Second Life shows the bravery and tenacity of Chinese people
China Daily

Kids and their families enjoy leisure time in a children's playing area at an expo held in Beijing in July. (Photo:CHINA NEWS SERVICE)

Two years after the documentary The Firsts in Life was broadcast, Second Life, made by the same crew aired on May 19, 2022, and has created a huge buzz. Jointly produced by China Central Television, Shanghai Media Group, and Bilibili (a Chinese online entertainment platform), Second Life has scored 9.3/10 on the user-review platform Douban.

What does "second life" mean? According to producer Zhang Hao, "second life" is not a "repeat" but a "restart". When hitting a rough patch, do we have the courage to restart our lives? The 10 directors of Second Life spent two years filming eight episodes to tell us about the choices of Chinese people. The documentary contains eight themes: "Yuan" (Reunion Restaurant) and "Que" (Running for a Future) are about love and family; "Na" (Storm Survivor) and "Ju" (Reconstructing Faces, Rebuilding Lives) discuss ways to face physical disabilities and appearance anxiety; "Shi" (The Last Resort) and "Fei" (No Looking Back) focus on the field of justice; "Po" (Moving on) and "Li" (Turnaround) tell the story of women changing their fate by themselves.

While the four groups of themes are at opposite ends, each one embodies strong oriental philosophical thoughts and shows the bravery and tenacity of Chinese people from different dimensions.

It is hard for Jiang Weizhuo to bridge the 18-year gap of family affection and make a choice between biological and adoptive parents, but life after the reunion must be a new start, full of warmth and brightness. In the past 26 years, Bai Jian has adopted more than 120 children. Thanks to his care and company, these children, who are desperate for love, have learned how to express their feelings and are determined to change their fate by running.

He Huajie is paraplegic and lost sensation from the chest down because of a car accident. He shows us his unswerving spirit when he moves himself up to the wheelchair for the first time in a hailstorm on the Qinghai-Tibet Plateau. Since childhood, Feng Ting has suffered from low self-esteem due to facial asymmetry. However, in order to chin up and walk in front of people confidently, in 2021, the 16-year-old girl had her hair shaved off and got plastic surgery at the Tongji Hospital.

Liu Zhanjiang and Miao Qinghai have appealed for many years, hoping to seek justice for their deceased families. Having tried their best, ultimately, they make peace with themselves and embrace their new lives. After 11 years in prison, Mao Hui struggled to integrate into society, regain self-worth, and reconcile with his girlfriend. After walking across the bridge at the Gage 2, he enjoys life’s beauty again.

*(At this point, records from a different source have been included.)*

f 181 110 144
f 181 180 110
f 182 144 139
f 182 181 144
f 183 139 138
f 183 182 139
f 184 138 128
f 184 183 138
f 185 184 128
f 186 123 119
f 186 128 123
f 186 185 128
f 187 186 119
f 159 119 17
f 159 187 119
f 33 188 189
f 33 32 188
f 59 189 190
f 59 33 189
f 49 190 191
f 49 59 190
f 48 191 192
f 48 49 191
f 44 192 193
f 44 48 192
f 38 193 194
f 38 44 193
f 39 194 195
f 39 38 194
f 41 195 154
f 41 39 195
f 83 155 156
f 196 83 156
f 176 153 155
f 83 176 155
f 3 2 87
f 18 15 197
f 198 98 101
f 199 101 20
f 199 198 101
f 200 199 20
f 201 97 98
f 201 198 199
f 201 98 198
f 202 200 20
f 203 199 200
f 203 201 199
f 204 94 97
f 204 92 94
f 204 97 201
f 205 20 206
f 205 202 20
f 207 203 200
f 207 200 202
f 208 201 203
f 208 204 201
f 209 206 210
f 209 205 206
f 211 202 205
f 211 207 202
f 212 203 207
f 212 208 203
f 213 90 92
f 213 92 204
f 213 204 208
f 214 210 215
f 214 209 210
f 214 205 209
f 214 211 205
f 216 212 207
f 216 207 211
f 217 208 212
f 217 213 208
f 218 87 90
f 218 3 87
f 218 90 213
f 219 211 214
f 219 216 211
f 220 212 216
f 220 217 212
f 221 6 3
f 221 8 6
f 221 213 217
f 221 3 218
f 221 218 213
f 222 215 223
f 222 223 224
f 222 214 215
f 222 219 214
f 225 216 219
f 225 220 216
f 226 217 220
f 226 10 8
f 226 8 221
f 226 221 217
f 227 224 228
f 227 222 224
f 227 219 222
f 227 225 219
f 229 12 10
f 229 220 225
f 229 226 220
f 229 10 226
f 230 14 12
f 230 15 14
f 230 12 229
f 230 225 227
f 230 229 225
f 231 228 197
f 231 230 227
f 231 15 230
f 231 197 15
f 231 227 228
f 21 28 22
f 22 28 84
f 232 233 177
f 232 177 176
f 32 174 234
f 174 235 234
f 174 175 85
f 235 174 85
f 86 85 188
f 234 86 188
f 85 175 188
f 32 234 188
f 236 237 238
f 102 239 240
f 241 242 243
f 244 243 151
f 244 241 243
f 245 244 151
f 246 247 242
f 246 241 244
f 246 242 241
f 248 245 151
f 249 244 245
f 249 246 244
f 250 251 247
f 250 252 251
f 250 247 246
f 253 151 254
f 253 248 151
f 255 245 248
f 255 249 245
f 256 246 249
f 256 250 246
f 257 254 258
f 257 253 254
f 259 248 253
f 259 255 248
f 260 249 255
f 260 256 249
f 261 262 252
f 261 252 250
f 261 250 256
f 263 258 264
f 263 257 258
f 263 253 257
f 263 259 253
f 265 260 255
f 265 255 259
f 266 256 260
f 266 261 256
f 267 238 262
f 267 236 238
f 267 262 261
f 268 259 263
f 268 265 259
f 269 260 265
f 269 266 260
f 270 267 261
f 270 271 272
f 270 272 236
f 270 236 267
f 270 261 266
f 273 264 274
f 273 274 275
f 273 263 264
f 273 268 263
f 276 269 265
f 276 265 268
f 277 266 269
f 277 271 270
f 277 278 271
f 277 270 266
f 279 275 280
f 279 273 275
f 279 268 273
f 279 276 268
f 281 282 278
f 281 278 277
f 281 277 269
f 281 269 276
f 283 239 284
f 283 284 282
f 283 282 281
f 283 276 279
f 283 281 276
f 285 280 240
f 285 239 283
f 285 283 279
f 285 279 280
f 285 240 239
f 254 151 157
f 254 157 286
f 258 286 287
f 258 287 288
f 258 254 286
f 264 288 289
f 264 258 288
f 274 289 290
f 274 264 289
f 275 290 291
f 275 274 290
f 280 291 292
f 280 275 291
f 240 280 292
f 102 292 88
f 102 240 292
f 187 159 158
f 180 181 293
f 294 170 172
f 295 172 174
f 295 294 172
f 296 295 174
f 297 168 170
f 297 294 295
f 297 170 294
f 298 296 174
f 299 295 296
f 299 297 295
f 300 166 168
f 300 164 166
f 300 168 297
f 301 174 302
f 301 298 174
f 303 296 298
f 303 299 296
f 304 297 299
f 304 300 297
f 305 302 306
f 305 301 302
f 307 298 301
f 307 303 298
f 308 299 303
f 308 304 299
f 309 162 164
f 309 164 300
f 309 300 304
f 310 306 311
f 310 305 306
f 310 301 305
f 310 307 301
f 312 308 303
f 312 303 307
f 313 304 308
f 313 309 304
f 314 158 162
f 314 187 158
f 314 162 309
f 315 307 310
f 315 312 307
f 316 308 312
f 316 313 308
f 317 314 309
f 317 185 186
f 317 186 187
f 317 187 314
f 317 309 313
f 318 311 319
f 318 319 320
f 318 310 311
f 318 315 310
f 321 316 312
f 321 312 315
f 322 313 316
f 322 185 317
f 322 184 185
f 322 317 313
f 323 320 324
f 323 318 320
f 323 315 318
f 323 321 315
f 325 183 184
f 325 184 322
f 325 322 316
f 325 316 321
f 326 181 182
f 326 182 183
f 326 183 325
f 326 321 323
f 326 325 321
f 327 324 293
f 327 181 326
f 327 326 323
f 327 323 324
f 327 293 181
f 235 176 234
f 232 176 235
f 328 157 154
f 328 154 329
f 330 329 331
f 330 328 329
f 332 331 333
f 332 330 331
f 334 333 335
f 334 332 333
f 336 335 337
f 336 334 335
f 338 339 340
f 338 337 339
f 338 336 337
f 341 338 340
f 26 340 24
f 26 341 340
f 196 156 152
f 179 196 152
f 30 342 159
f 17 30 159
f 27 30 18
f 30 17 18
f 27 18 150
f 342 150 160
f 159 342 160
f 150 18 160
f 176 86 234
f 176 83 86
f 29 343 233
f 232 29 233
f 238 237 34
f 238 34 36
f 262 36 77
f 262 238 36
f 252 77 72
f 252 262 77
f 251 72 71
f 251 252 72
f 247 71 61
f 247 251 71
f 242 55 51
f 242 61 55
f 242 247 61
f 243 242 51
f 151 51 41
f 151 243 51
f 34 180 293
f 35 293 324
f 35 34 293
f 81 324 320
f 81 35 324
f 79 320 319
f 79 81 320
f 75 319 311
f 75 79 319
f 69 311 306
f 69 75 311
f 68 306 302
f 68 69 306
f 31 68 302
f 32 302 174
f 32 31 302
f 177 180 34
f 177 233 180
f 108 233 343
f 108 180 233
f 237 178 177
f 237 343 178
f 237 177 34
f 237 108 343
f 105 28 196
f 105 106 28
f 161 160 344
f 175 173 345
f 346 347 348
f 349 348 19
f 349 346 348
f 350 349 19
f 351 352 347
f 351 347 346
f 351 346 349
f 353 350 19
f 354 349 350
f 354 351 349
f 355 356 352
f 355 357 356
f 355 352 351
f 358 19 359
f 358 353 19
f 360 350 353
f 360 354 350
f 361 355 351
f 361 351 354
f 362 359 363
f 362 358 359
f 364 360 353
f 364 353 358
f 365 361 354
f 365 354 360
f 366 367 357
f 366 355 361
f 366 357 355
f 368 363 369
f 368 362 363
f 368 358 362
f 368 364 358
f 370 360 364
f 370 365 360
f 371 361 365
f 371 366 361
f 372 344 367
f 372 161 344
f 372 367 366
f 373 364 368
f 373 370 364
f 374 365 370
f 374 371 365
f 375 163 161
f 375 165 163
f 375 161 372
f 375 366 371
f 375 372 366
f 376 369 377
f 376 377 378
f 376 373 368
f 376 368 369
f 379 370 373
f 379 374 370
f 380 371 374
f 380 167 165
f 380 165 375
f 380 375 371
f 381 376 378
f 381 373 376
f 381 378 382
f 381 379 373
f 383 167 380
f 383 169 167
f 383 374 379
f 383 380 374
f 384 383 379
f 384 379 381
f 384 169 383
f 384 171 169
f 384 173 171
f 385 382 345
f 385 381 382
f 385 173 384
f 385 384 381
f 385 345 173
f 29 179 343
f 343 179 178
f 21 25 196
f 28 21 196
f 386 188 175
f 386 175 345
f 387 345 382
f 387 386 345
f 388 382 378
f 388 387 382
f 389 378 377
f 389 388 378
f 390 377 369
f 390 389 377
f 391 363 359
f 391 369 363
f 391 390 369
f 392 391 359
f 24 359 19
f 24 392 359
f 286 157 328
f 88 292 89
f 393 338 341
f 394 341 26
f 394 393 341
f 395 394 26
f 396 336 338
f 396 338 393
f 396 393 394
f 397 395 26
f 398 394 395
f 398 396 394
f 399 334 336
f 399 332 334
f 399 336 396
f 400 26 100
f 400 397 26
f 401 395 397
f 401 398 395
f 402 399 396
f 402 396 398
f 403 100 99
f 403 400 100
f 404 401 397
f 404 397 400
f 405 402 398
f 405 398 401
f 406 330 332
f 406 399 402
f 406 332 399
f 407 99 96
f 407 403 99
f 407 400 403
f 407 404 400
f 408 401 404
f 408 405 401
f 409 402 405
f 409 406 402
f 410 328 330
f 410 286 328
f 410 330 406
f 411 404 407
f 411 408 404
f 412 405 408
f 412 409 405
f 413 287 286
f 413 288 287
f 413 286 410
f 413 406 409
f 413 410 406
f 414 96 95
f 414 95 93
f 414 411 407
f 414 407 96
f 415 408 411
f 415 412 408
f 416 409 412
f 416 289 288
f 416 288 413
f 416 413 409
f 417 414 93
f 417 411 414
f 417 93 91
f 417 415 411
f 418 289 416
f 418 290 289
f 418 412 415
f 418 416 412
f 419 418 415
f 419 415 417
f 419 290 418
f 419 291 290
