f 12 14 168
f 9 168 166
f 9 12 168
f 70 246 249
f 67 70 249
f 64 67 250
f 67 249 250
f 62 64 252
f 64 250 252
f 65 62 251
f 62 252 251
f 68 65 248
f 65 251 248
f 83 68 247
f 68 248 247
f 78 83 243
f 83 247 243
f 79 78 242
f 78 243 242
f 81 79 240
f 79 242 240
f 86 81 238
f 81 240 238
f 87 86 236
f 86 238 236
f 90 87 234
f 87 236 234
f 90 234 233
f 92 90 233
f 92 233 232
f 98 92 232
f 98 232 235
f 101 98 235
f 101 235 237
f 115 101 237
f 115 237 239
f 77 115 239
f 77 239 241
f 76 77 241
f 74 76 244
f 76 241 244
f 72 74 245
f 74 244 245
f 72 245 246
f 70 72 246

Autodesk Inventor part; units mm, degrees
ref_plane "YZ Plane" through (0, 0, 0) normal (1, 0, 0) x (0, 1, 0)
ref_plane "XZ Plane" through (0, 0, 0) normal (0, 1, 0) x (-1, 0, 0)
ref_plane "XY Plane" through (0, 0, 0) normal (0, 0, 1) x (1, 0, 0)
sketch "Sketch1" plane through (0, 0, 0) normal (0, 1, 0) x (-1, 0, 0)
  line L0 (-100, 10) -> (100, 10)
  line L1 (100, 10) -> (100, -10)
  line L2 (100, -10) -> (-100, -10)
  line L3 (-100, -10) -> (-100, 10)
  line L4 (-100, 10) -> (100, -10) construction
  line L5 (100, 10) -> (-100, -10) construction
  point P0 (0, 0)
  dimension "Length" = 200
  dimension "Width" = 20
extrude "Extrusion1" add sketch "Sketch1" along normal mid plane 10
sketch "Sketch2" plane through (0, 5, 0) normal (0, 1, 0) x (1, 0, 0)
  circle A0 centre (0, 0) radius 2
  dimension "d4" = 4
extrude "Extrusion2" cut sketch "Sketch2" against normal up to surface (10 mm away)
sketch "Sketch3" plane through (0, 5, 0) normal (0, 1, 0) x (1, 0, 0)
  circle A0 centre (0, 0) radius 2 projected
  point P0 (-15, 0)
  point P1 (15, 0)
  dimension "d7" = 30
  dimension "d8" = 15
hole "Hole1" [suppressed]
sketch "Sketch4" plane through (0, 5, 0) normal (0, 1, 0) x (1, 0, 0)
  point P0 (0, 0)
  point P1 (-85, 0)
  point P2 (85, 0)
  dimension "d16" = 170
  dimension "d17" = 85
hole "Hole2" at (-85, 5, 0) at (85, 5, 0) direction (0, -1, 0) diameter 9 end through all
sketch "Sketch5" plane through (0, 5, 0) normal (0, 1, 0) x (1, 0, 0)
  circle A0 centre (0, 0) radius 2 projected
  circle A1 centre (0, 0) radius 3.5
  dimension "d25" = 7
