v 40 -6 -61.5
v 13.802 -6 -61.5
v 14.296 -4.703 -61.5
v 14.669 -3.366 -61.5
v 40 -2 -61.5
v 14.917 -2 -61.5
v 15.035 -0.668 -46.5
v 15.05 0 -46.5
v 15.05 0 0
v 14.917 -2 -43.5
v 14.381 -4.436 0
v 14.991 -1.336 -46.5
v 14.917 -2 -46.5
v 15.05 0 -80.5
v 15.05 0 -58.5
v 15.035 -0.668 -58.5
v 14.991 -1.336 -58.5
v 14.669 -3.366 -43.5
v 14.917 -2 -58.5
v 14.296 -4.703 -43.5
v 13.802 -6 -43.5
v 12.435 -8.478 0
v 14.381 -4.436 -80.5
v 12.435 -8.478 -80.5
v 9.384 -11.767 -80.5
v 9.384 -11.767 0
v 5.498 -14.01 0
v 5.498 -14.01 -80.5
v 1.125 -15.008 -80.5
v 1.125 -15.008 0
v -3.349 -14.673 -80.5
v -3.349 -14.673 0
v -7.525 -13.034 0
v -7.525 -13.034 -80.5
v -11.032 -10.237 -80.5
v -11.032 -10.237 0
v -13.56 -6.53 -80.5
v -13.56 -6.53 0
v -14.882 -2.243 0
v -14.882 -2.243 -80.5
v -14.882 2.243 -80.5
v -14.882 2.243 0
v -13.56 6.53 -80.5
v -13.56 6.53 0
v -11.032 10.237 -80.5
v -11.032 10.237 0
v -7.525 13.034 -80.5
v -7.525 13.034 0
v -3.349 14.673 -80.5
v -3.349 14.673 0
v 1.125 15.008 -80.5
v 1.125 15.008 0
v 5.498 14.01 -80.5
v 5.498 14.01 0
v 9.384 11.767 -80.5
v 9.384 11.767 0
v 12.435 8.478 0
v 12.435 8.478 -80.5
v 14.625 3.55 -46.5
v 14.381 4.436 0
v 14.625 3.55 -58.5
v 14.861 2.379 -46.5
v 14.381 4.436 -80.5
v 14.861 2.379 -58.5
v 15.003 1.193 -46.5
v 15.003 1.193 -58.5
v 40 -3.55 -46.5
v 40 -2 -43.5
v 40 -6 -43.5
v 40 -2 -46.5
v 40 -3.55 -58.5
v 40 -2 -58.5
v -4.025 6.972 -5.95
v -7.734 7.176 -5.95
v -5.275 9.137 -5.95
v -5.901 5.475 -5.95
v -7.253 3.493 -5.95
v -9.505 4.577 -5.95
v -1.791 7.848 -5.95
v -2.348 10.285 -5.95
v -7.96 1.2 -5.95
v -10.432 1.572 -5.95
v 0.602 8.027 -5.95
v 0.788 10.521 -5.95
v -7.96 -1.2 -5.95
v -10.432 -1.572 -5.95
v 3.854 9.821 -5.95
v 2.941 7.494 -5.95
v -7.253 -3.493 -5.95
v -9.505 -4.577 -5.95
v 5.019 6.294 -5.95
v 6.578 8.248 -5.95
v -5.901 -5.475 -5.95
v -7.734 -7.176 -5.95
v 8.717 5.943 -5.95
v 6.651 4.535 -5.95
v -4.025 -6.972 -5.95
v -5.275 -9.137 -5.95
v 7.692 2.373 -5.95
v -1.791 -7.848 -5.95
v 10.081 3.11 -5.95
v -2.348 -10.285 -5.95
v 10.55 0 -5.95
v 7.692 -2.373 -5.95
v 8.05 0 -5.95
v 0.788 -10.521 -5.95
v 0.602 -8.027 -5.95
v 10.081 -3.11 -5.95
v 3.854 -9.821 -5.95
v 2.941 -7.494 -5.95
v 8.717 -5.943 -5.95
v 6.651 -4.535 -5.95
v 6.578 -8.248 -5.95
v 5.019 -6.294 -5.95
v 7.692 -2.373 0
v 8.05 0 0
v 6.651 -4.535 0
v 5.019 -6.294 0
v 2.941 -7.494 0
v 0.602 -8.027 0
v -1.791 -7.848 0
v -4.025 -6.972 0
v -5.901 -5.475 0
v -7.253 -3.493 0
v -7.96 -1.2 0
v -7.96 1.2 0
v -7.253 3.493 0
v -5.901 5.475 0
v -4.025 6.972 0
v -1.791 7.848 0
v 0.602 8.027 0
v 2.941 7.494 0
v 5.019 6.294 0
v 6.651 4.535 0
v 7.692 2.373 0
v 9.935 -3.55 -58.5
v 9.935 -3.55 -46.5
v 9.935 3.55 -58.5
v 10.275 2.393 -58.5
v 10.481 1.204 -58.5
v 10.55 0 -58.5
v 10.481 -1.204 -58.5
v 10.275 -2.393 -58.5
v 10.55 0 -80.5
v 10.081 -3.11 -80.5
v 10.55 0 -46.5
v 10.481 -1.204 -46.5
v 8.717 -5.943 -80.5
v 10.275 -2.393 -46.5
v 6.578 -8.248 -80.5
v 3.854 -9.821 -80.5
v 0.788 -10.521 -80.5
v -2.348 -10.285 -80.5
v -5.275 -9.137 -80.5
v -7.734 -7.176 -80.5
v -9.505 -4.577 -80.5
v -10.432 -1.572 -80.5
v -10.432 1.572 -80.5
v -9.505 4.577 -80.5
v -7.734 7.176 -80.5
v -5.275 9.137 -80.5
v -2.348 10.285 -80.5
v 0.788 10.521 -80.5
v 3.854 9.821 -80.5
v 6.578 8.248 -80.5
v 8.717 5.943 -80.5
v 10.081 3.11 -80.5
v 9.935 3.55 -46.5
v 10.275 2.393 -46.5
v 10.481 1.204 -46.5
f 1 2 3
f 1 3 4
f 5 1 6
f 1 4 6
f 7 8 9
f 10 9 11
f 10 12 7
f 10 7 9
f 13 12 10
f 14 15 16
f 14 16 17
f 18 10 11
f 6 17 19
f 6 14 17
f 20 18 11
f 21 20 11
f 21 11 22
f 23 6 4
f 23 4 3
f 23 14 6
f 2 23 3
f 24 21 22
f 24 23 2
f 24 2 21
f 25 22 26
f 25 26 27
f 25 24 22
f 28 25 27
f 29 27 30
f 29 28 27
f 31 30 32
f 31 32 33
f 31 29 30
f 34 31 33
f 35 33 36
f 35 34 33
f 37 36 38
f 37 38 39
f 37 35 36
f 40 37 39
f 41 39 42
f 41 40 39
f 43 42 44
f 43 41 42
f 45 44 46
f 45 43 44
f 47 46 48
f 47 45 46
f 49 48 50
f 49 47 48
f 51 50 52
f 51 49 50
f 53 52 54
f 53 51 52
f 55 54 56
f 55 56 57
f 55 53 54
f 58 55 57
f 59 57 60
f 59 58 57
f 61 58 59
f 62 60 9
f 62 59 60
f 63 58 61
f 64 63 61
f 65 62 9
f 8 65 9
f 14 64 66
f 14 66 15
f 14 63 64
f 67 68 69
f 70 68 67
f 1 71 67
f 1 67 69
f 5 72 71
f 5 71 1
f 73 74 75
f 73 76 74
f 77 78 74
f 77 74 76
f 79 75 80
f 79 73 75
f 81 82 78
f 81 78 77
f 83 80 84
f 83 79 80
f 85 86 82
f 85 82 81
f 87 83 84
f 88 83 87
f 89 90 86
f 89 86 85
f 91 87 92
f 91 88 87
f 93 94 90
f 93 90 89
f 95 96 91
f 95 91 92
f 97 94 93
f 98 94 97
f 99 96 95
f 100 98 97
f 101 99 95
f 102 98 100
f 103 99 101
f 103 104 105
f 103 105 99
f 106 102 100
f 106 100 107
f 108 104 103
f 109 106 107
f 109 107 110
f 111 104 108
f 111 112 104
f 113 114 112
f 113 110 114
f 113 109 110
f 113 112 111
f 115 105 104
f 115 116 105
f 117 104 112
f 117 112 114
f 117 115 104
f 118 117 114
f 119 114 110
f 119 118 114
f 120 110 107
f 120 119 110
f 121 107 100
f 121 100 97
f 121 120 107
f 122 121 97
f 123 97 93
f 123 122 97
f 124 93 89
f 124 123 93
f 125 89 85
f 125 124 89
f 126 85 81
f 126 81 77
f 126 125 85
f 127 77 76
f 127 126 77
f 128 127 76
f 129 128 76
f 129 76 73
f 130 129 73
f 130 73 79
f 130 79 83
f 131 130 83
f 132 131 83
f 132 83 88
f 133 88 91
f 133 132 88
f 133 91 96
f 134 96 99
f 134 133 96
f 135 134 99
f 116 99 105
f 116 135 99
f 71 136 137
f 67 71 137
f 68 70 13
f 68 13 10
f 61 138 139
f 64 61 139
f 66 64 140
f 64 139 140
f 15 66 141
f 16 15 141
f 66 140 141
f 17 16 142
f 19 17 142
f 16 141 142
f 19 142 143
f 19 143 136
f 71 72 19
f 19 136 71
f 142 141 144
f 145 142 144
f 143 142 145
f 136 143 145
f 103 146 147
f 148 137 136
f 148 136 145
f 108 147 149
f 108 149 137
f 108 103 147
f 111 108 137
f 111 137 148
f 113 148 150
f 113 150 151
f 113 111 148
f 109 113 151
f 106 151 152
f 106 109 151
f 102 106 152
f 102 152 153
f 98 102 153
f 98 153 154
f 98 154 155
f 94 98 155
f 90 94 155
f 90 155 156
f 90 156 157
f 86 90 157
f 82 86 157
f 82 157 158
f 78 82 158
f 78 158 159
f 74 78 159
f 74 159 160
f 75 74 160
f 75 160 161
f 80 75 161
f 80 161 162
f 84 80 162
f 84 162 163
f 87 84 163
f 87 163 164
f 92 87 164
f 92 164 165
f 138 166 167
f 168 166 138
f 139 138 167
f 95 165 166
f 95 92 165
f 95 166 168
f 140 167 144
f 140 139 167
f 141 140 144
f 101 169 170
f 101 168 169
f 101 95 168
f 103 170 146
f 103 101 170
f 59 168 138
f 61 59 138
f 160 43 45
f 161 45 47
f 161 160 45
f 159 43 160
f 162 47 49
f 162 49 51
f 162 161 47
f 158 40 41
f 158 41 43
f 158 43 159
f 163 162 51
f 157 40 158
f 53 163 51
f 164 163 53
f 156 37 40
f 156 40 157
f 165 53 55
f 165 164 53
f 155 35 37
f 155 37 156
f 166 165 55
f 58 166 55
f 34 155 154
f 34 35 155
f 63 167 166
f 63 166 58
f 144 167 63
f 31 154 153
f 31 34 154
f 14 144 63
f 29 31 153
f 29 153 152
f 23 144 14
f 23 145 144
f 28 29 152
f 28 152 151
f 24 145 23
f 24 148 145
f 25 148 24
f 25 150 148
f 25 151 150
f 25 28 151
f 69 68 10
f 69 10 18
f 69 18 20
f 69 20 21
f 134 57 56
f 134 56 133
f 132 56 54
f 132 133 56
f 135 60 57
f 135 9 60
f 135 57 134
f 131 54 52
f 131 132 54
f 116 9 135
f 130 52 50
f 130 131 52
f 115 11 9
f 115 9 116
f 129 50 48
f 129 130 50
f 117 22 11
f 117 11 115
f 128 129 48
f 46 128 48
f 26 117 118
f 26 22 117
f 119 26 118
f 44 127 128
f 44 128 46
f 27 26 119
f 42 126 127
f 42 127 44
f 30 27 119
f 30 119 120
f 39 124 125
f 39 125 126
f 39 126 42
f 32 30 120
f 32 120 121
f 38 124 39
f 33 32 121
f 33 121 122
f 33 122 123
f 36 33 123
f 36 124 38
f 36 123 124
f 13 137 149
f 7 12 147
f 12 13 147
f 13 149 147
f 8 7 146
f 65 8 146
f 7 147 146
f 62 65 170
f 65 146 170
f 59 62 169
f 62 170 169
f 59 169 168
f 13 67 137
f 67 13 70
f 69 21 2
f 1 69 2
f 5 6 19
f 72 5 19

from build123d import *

# Parameters (mm, degrees)
SKETCH2_W           = 12
SKETCH2_H           = 7.1
CUT_EXTRUDE2_DEPTH  = 30
BOSS_EXTRUDE1_DEPTH = 40
SKETCH5_R           = 10.55
CUT_EXTRUDE3_DEPTH  = 86.931397056


with BuildPart() as part:
    # Sketch1 → Revolve2 (revolve)
    with BuildSketch(Plane(origin=(0, 0, 0), x_dir=(1, 0, 0), z_dir=(0, 1, 0))):
        Polygon((8.05, 0), (15.05, 0), (15.05, 80.5), (10.55, 80.5), (10.55, 5.95), (8.05, 5.95), align=None)
    revolve(axis=Axis((0, 0, 0), (0, 0, -1)))

    # Sketch2 → Cut-Extrude2 (cut)
    with BuildSketch(Plane(origin=(0, 0, 0), x_dir=(0, 0, -1), z_dir=(1, 0, 0))):
        with Locations((52.5, 0)):
            Rectangle(SKETCH2_W, SKETCH2_H)
    extrude(amount=CUT_EXTRUDE2_DEPTH, mode=Mode.SUBTRACT)

    # Sketch3 → Boss-Extrude1 (add)
    with BuildSketch(Plane(origin=(0, 0, 0), x_dir=(0, 0, -1), z_dir=(1, 0, 0))):
        Polygon((46.5, -2), (43.5, -2), (43.5, -6), (52.5, -6), (61.5, -6), (61.5, -2), (58.5, -2), (58.5, -3.55), (46.5, -3.55), align=None)
    extrude(amount=BOSS_EXTRUDE1_DEPTH)

    # Sketch5 → Cut-Extrude3 (cut, through all)
    with BuildSketch(Plane.XY.offset(-5.95)):
        Circle(SKETCH5_R)
    extrude(amount=-CUT_EXTRUDE3_DEPTH, mode=Mode.SUBTRACT)


solid = part.part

The documentary also depicts images of great women. Some of them are willing to devote themselves to their children, some work hard and live independently, and some summon the courage to restart after divorce. For example, Huang Meifang and Li Ting are just ordinary women from the countryside, but they strive to fight against the difficulties, showing the audience the strong willpower of women. They make it possible for men to respect and value women, and inspire more women to be brave in the face of hardship and live for themselves.

Notably, the documentary tries to deliver different views from different perspectives. For example, in "Yuan" (Reunion Restaurant), the story is told from the perspectives of the mother, the child, and the police officer; the attitudes of life of other paralyzed people are shown in "Na" (Storm Survivor); two doctors' views on plastic surgery collide in "Ju" (Reconstructing Faces, Rebuilding Lives); the case is narrated from the viewpoints of the defendant and the petitioner in "Shi" (The Last Resort). "We hope that the audience will pay attention to people and events that used to be ignored, misunderstood, or one-sidedly defined," said chief coordinator Li Xiaowei. If we do not know the whole picture, we should not comment on it. In the Internet era, we are expected not to listen to one-sided stories, but think carefully before voicing our opinions, Li said.

In addition, it is clear from the documentary that Chinese people cannot have a second life without the help and support of China. Through joint efforts with other departments and a "reunion campaign", the Ministry of Public Security has been committed to cracking down on the abduction and trafficking of women and children and making every effort to solve all the ongoing and outstanding cases, so as to reunite more families. The Tiedong district government provided public rental housing for children in the Dream Home and helped children without an Anshan residence permit to continue their nine-year compulsory education. China's procuratorial administrations handle complaints and appeals and hold public hearings to uncover the truth of the case for petitioners. The Shenzhen Federation of Trade Unions has provided financial assistance and free skills training for workers.

"There is only one heroism in the world: to see the world as it is and to love it." This, in my opinion, is the message that Second Life intends to convey. Representing ordinary Chinese people, characters in the documentary have survived the storm and have been reborn, from which every viewer can gain courage and hope to face life.

Chen Junjie is a student at Shandong University. The opinions expressed here are those of the writer and do not necessarily represent the views of China Daily and China Daily website.